Loong: Generating Minute-level Long Videos with Autoregressive Language Models (2410.02757v1)

Published 3 Oct 2024 in cs.CV

Abstract: It is desirable but challenging to generate content-rich long videos in the scale of minutes. Autoregressive LLMs have achieved great success in generating coherent and long sequences of tokens in the domain of natural language processing, while the exploration of autoregressive LLMs for video generation is limited to generating short videos of several seconds. In this work, we conduct a deep analysis of the challenges that prevent autoregressive LLM-based video generators from generating long videos. Based on the observations and analysis, we propose Loong, a new autoregressive LLM-based video generator that can generate minute-long videos. Specifically, we model the text tokens and video tokens as a unified sequence for autoregressive LLMs and train the model from scratch. We propose progressive short-to-long training with a loss re-weighting scheme to mitigate the loss imbalance problem for long video training. We further investigate inference strategies, including video token re-encoding and sampling strategies, to diminish error accumulation during inference. Our proposed Loong can be trained on 10-second videos and be extended to generate minute-level long videos conditioned on text prompts, as demonstrated by the results. More samples are available at: https://epiphqny.github.io/Loong-video.

Authors (8)

Yuqing Wang (83 papers)
Tianwei Xiong (4 papers)
Daquan Zhou (47 papers)
Zhijie Lin (30 papers)
Yang Zhao (382 papers)
Bingyi Kang (39 papers)
Jiashi Feng (295 papers)
Xihui Liu (92 papers)

Citations (12)

View on Semantic Scholar

Summary

Overview of "Loong: Generating Minute-level Long Videos with Autoregressive LLMs"
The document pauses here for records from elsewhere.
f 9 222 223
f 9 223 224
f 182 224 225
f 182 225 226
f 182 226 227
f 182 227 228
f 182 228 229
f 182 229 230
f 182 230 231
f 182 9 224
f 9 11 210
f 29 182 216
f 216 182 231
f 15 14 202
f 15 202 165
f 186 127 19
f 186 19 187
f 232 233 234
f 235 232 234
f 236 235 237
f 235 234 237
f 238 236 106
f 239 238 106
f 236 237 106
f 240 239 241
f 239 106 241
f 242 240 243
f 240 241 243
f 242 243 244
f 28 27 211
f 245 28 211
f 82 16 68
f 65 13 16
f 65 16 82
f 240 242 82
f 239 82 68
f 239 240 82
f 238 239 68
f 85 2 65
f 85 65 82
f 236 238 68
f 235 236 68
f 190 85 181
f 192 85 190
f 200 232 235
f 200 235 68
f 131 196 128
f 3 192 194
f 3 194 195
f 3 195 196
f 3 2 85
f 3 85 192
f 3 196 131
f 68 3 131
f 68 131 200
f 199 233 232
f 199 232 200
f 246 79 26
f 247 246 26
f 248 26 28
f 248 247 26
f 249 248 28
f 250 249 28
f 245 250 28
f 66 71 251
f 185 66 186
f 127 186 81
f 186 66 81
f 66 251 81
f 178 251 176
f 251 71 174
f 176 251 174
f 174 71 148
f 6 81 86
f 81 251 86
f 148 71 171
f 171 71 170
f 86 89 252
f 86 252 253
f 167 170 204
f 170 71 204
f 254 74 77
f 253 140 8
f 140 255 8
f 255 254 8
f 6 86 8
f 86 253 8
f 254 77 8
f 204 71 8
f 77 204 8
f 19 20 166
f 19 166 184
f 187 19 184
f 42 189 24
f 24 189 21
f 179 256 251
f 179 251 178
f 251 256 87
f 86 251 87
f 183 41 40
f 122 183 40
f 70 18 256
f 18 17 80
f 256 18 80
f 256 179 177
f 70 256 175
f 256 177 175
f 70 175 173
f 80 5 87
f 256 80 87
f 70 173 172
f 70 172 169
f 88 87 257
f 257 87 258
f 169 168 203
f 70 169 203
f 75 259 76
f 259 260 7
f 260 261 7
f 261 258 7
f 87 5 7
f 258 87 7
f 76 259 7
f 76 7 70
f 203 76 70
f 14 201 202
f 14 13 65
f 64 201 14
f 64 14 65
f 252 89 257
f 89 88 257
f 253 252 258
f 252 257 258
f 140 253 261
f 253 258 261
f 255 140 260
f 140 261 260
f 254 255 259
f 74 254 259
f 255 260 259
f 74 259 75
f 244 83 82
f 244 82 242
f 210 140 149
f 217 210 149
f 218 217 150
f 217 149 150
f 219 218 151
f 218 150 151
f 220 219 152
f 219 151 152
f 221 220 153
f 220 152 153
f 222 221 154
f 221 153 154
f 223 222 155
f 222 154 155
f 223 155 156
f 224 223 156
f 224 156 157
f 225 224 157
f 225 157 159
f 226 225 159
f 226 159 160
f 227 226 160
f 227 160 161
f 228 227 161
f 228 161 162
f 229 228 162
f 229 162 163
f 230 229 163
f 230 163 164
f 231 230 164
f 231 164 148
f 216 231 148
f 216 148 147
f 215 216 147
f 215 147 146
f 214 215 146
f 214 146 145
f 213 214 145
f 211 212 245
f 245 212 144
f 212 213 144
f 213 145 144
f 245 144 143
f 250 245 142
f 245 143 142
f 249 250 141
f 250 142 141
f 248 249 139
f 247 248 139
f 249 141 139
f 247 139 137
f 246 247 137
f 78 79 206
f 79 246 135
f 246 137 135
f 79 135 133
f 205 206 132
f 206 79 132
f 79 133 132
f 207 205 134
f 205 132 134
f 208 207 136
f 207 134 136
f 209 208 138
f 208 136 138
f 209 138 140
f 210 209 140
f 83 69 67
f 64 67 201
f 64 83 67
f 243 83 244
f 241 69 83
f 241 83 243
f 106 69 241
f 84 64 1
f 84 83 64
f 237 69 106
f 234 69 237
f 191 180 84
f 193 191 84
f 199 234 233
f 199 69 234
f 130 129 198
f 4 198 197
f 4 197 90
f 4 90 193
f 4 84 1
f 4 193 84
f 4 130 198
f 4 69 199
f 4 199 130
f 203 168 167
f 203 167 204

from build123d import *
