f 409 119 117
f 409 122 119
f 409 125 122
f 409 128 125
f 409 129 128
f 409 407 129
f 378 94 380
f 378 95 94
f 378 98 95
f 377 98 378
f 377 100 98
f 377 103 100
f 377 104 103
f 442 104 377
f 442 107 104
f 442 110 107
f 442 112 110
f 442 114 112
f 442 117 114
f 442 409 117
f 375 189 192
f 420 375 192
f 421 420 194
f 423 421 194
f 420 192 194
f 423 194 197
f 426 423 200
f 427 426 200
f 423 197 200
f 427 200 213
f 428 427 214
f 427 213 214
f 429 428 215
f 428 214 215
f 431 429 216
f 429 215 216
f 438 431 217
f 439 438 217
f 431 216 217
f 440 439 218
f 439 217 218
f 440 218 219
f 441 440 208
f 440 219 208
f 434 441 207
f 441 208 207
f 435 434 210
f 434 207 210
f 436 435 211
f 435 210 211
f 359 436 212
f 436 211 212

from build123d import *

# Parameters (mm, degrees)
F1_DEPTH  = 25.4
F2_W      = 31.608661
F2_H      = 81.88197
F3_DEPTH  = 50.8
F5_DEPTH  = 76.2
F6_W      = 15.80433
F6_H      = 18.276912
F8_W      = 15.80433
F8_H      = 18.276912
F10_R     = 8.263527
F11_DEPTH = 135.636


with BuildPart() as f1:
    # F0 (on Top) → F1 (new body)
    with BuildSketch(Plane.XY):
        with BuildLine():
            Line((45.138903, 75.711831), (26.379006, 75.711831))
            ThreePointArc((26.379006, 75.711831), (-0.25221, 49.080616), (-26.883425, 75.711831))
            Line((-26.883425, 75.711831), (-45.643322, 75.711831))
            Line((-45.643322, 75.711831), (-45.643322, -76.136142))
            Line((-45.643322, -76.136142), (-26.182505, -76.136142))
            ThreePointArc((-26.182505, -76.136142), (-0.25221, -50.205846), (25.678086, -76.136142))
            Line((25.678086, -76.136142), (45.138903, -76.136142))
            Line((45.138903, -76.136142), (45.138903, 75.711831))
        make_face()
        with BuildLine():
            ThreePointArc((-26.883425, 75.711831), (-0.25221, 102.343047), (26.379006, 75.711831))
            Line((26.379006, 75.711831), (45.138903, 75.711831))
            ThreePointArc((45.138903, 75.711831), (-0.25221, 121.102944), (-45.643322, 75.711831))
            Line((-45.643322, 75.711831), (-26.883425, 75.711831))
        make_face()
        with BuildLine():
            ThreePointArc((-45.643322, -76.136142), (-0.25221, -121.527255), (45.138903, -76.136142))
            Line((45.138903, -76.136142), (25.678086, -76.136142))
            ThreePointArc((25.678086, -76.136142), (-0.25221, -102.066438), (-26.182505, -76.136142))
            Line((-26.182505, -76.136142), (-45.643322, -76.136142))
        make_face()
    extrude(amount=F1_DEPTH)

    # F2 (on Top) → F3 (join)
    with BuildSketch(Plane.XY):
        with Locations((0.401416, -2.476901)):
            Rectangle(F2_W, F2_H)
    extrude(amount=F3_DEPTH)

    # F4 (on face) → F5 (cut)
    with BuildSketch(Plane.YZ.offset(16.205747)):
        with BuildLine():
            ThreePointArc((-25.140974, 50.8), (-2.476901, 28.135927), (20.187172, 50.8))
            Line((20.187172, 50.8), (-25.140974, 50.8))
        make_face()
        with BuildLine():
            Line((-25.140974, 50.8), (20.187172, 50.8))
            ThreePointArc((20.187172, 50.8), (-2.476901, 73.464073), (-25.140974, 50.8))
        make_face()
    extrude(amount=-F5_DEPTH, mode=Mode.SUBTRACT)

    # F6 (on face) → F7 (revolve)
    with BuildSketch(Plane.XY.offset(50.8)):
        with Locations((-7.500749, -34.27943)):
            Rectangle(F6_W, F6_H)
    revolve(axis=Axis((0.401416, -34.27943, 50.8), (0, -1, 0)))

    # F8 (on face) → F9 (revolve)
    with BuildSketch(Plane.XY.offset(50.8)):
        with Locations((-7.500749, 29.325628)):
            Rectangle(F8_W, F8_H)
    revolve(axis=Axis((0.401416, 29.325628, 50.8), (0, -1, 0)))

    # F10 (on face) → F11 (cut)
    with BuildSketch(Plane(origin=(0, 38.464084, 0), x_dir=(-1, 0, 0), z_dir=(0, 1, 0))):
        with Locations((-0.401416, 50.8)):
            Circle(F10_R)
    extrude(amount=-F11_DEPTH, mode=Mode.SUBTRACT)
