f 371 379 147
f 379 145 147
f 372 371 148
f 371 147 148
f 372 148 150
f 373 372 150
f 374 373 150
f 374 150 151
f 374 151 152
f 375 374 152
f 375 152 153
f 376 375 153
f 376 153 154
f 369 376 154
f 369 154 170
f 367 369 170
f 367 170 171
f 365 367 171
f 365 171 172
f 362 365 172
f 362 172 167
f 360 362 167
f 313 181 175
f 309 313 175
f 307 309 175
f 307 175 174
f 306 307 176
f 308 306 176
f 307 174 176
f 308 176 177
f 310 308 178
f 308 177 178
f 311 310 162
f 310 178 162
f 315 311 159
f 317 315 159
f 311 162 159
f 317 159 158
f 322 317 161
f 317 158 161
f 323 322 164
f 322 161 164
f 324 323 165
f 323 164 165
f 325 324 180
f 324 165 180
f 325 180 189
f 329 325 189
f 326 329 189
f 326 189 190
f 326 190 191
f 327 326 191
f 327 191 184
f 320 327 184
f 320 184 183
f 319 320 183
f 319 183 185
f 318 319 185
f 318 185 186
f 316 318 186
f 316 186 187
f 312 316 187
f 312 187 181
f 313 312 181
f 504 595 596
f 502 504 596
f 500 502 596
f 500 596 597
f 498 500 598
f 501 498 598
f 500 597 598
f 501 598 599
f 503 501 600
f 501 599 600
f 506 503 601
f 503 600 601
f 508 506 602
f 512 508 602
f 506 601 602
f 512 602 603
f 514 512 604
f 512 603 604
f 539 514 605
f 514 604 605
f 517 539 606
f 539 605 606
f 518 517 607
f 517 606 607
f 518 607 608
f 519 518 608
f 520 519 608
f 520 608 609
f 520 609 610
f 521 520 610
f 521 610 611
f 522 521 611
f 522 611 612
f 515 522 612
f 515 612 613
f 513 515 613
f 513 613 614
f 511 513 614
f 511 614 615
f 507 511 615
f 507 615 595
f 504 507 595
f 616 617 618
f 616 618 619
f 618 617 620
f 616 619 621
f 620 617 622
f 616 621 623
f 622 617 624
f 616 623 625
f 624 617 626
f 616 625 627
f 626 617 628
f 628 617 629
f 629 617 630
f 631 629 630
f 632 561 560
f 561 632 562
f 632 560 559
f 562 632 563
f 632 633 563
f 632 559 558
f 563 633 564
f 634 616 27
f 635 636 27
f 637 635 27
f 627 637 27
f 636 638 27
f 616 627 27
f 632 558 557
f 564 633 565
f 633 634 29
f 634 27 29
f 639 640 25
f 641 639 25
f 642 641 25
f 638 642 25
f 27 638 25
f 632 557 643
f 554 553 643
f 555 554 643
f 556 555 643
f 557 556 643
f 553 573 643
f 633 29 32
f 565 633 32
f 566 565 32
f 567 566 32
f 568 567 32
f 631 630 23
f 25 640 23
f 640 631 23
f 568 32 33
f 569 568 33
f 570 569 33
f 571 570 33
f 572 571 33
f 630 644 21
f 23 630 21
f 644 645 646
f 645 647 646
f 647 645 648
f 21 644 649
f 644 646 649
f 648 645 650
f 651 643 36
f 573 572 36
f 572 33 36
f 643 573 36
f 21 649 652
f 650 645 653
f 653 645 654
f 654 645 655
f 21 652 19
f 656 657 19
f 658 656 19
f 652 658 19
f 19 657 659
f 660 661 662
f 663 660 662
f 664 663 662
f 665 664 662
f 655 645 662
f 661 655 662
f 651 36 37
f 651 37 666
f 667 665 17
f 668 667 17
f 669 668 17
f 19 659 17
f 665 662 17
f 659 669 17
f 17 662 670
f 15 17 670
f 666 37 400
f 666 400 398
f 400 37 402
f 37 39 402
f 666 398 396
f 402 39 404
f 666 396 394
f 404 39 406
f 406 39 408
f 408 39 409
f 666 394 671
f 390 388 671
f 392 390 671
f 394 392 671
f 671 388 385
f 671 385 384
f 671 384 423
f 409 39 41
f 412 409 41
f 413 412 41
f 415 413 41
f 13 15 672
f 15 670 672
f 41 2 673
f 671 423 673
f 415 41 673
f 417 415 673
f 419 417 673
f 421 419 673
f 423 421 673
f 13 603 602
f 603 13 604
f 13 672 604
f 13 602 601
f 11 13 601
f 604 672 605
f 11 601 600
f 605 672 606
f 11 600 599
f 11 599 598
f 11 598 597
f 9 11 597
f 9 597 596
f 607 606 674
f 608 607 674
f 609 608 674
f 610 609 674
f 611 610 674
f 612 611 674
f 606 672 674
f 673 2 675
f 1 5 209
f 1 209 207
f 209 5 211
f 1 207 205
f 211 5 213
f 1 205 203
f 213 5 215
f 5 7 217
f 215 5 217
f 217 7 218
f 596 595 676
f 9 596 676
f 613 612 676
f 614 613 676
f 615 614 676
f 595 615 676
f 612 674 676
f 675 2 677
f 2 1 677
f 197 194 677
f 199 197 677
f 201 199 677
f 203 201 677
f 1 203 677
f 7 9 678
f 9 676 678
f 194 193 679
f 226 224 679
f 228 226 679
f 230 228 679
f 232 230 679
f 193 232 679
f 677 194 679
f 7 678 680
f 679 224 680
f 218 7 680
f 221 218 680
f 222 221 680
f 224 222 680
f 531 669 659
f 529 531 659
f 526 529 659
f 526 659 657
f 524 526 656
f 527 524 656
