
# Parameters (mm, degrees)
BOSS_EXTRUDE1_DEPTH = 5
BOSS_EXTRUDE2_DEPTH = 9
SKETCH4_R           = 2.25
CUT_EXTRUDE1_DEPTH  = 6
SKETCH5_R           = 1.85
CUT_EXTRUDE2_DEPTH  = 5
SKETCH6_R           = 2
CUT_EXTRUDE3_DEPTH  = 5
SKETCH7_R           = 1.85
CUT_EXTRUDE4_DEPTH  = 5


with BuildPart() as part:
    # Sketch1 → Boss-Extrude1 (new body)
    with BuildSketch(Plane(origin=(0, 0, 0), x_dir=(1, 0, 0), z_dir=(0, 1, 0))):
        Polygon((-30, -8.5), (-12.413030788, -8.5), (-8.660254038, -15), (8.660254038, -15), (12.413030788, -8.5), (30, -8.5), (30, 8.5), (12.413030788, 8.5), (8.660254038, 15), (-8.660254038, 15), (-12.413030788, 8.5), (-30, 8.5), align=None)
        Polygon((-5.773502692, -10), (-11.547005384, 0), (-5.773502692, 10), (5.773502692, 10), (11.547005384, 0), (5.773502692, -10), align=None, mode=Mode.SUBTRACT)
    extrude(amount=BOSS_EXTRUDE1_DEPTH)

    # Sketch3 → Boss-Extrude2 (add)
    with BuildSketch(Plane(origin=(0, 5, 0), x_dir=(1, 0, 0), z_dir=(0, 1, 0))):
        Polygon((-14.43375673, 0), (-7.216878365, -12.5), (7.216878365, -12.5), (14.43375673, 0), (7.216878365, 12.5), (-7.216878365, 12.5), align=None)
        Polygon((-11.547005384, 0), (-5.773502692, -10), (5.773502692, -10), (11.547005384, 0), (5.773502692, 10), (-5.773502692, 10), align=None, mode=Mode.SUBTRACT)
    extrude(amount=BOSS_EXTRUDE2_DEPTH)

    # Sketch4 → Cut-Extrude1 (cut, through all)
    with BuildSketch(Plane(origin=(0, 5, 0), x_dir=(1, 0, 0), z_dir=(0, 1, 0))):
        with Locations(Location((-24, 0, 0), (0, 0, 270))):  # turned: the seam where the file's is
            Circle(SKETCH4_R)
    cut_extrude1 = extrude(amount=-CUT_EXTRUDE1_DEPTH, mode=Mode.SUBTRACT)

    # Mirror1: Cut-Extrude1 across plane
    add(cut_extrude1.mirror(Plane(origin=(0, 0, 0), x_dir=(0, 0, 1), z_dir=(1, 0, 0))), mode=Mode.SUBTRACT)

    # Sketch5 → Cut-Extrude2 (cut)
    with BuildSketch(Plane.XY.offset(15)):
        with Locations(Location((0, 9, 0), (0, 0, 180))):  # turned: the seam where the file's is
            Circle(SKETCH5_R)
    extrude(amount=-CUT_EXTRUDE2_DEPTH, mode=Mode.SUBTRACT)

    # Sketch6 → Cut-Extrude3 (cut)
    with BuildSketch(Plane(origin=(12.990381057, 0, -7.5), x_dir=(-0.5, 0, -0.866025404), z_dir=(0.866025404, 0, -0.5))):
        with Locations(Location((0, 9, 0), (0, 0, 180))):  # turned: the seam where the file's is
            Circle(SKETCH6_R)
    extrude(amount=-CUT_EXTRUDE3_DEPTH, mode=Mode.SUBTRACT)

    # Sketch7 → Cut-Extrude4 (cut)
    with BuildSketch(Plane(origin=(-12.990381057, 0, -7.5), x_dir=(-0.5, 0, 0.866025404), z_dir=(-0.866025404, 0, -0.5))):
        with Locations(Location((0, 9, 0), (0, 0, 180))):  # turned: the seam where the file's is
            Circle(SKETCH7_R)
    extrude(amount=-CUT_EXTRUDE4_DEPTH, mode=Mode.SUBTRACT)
The paper "Loong: Generating Minute-level Long Videos with Autoregressive LLMs" introduces an advanced framework for producing extended duration videos, utilizing autoregressive LLMs. This research progresses beyond the typical focus on generating short video clips, offering insights into overcoming challenges associated with crafting minute-level videos.

Key Contributions

The authors propose a novel video generation model, Loong, which leverages autoregressive LLMs to synthesize videos from text descriptions. A critical innovation is the unified modeling of text and video tokens, allowing for autoregressive next-token prediction using decoder-only transformers. The framework integrates a causal 3D CNN-based video tokenizer, effectively compressing video frames into discrete tokens.

Challenges Addressed

Two main issues are identified as impediments to minute-level video generation: imbalanced training loss and error accumulation during inference. To address these:

Imbalanced Loss: The paper highlights a training difficulty where early frame tokens incur a higher loss compared to later ones due to the compounded ease of prediction with more context. The proposed solution is a progressive short-to-long training methodology, paired with a loss re-weighting scheme, to emphasize early frame prediction during training.
Error Accumulation: The strong inter-frame dependencies can exacerbate prediction errors during inference. To mitigate this, the authors introduce token re-encoding and refined sampling strategies, reducing distributional shifts and error propagation.

Methodology

Progressive Training Strategy

A sophisticated training regimen is employed, starting with image-based pretraining, transitioning to short videos, and finally extending to 10-second clips. This approach allows for gradual adaptation to long-range dependencies and complex video dynamics.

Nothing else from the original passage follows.